Наверно, для меня это было слабое-слабое попущение понять, почувствовать нечто, через что прошли и одна, и вторая бабушка, и крестная, и отец. Голоса улетели, развеялось и видение.
Снова возник зал-ковчег светлого дерева. Люди стоя аплодировали. И в эти минуты мне казалось, что в зале стало намного светлее. Во мне теплилась тихая радость, словно мне показали то, что мне сложно было представить, читая сорок дней Псалтырь по бабушке, по отцу и крестной. Первый раз за эти два года возникло ощущение облегчения, словно я получила свидетельство о том, что они там и прошли все мытарства. Они видят и слышат меня. Зрители – весь зал-ковчег – стоя аплодировали оркестру. Их спины заслоняли сцену. Но у меня было ощущение, будто сам дирижер улыбался. Умиротворенно улыбался. Моя подруга, стоя, склоняясь ко мне, рассказывала, как благожелательно и благодарно Теодор Курентзис принимал цветы. Люди аплодировали, с разных сторон слышались восторженные восклицания. Аплодисменты стихали, зал пустел. Открылся вид сцены. Она опустела, пока мои спутники делились впечатлениями, а я размышляла над музыкой.

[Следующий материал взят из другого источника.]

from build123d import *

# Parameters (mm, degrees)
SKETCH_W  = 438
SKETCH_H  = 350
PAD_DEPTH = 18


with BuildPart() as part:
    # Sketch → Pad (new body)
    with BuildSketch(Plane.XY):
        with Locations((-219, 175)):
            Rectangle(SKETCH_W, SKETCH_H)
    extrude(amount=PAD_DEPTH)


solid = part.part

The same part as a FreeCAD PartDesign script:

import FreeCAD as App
import Part
import Sketcher

doc = App.newDocument("Part")
params = doc.addObject("Spreadsheet::Sheet", "Params")
for row, (alias, value) in enumerate([
    ("sketch1_width", "438 mm"),
    ("sketch1_height", "350 mm"),
    ("pad1_length", "18 mm"),
], start=1):
    params.set(f"A{row}", alias)
    params.set(f"B{row}", "=" + value)
    params.setAlias(f"B{row}", alias)

body = doc.addObject("PartDesign::Body", "Body")

# Sketch on XY plane
sketch1 = body.newObject("Sketcher::SketchObject", "Sketch")
sketch1.AttachmentSupport = (doc.getObject("XY_Plane"), [""])
sketch1.MapMode = "FlatFace"
sketch1.addGeometry(Part.LineSegment(App.Vector(-438, 350, 0), App.Vector(-438, 0, 0)), False)
sketch1.addGeometry(Part.LineSegment(App.Vector(-438, 0, 0), App.Vector(0, 0, 0)), False)
sketch1.addGeometry(Part.LineSegment(App.Vector(0, 0, 0), App.Vector(0, 350, 0)), False)
sketch1.addGeometry(Part.LineSegment(App.Vector(0, 350, 0), App.Vector(-438, 350, 0)), False)
sketch1.addConstraint(Sketcher.Constraint("Coincident", 0, 2, 1, 1))
sketch1.addConstraint(Sketcher.Constraint("Coincident", 1, 2, 2, 1))
sketch1.addConstraint(Sketcher.Constraint("Coincident", 2, 2, 3, 1))
sketch1.addConstraint(Sketcher.Constraint("Coincident", 3, 2, 0, 1))
sketch1.addConstraint(Sketcher.Constraint("Vertical", 0))
sketch1.addConstraint(Sketcher.Constraint("Horizontal", 1))
sketch1.addConstraint(Sketcher.Constraint("Vertical", 2))
sketch1.addConstraint(Sketcher.Constraint("Horizontal", 3))
sketch1.addConstraint(Sketcher.Constraint("Coincident", 1, 2, -1, 1))
sketch1.addConstraint(Sketcher.Constraint("DistanceX", 1, 1, 1, 2, 438.0))
sketch1.addConstraint(Sketcher.Constraint("DistanceY", 0, 2, 0, 1, 350.0))
sketch1.setExpression("Constraints[9]", "Params.sketch1_width")
sketch1.setExpression("Constraints[10]", "Params.sketch1_height")
pad1 = body.newObject("PartDesign::Pad", "Pad")
pad1.Profile = sketch1
pad1.setExpression("Length", "Params.pad1_length")

doc.recompute()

Когда мы вышли из здания, ночь развернула над землей иссиня-черный плат, дабы мы – люди – могли какие-то часы побыть наедине с самими собой и Вечностью. Но многие из нас, слушателей, вернувшись домой, возьмут с полки Святое Писание – Ветхий и Новый Завет – и до поздней ночи, а кто-то до рассвета, будут, листая Книгу, открывать, познавать Премудрость этого мира.

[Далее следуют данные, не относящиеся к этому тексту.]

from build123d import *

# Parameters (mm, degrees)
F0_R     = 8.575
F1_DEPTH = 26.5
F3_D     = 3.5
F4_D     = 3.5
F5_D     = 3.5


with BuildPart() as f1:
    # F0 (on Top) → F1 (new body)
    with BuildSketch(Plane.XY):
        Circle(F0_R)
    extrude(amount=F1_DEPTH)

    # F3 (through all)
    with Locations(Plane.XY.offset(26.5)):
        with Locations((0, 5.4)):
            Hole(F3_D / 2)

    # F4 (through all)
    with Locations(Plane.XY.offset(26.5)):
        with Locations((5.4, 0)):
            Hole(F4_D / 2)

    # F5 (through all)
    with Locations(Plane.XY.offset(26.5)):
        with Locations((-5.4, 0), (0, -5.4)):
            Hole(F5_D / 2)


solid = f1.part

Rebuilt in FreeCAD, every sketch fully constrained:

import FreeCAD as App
import Part
import Sketcher

V = App.Vector
Q = App.Units.Quantity

doc = App.newDocument("Part")
body = doc.addObject("PartDesign::Body", "Body")

# Sketch on XY plane
sketch1 = body.newObject("Sketcher::SketchObject", "Sketch")
sketch1.AttachmentSupport = (doc.getObject("XY_Plane"), [""])
sketch1.MapMode = "FlatFace"
sketch1.addGeometry(Part.Circle(V(0, 0, 0), V(0, 0, 1), 9), False)
sketch1.addConstraint(Sketcher.Constraint("Coincident", 0, 3, -1, 1))
sketch1.addConstraint(Sketcher.Constraint("Diameter", 0, Q("17.15 mm")))
pad1 = body.newObject("PartDesign::Pad", "Pad")
pad1.Profile = sketch1
pad1.Length = 26.5

# Sketch on XY plane
sketch2 = body.newObject("Sketcher::SketchObject", "Sketch001")
sketch2.AttachmentSupport = (doc.getObject("XY_Plane"), [""])
sketch2.MapMode = "FlatFace"
sketch2.AttachmentOffset = App.Placement(V(0, 0, 26.5), App.Rotation())
sketch2.addGeometry(Part.Circle(V(0, 5.4, 0), V(0, 0, 1), 1.8), False)
sketch2.addConstraint(Sketcher.Constraint("PointOnObject", 0, 3, -2))
sketch2.addConstraint(Sketcher.Constraint("Diameter", 0, Q("3.5 mm")))
sketch2.addConstraint(Sketcher.Constraint("DistanceY", -1, 1, 0, 3, Q("5.4 mm")))
doc.recompute()
hole = body.newObject("PartDesign::Hole", "Hole")
hole.Profile = sketch2
hole.ThreadType = "None"
hole.Diameter = 3.5
hole.DepthType = "ThroughAll"

# Sketch on XY plane
sketch3 = body.newObject("Sketcher::SketchObject", "Sketch002")
sketch3.AttachmentSupport = (doc.getObject("XY_Plane"), [""])
sketch3.MapMode = "FlatFace"
sketch3.AttachmentOffset = App.Placement(V(0, 0, 26.5), App.Rotation())
sketch3.addGeometry(Part.Circle(V(5.4, 0, 0), V(0, 0, 1), 1.8), False)
sketch3.addConstraint(Sketcher.Constraint("PointOnObject", 0, 3, -1))
sketch3.addConstraint(Sketcher.Constraint("Diameter", 0, Q("3.5 mm")))
sketch3.addConstraint(Sketcher.Constraint("DistanceX", -1, 1, 0, 3, Q("5.4 mm")))
doc.recompute()
hole2 = body.newObject("PartDesign::Hole", "Hole001")
hole2.Profile = sketch3
hole2.ThreadType = "None"
hole2.Diameter = 3.5
hole2.DepthType = "ThroughAll"

# Sketch on XY plane
sketch4 = body.newObject("Sketcher::SketchObject", "Sketch003")
sketch4.AttachmentSupport = (doc.getObject("XY_Plane"), [""])
sketch4.MapMode = "FlatFace"
sketch4.AttachmentOffset = App.Placement(V(0, 0, 26.5), App.Rotation())
sketch4.addGeometry(Part.Circle(V(-5.4, 0, 0), V(0, 0, 1), 1.8), False)
sketch4.addGeometry(Part.Circle(V(0, -5.4, 0), V(0, 0, 1), 1.8), False)
sketch4.addConstraint(Sketcher.Constraint("Equal", 0, 1))
sketch4.addConstraint(Sketcher.Constraint("PointOnObject", 0, 3, -1))
sketch4.addConstraint(Sketcher.Constraint("PointOnObject", 1, 3, -2))
sketch4.addConstraint(Sketcher.Constraint("Diameter", 0, Q("3.5 mm")))
sketch4.addConstraint(Sketcher.Constraint("DistanceX", 0, 3, -1, 1, Q("5.4 mm")))
sketch4.addConstraint(Sketcher.Constraint("DistanceY", 1, 3, -1, 1, Q("5.4 mm")))
doc.recompute()
hole3 = body.newObject("PartDesign::Hole", "Hole002")
hole3.Profile = sketch4
hole3.ThreadType = "None"
hole3.Diameter = 3.5
hole3.DepthType = "ThroughAll"

doc.recompute()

А Теодор Курентзис со своими музыкантами поедет, поплывет дальше по России и по всему миру, обращая людей к неподкупной Вере, неугасимой Надежде и истинной Любви.
Венеция
Долго я мечтала попасть в город на воде. Про него я знала с детства, потому что частица его находилась в гостиной, заключенная в прямоугольник тарелки. В ее рисунке были две странности: дома стояли в воде, и мост соединял дома. Родители называли эту картинку «Венеция». У отца в кабинете было несколько книг об этом городе, которые я любила рассматривать. Великолепие дворцов, благолепие соборов манили меня.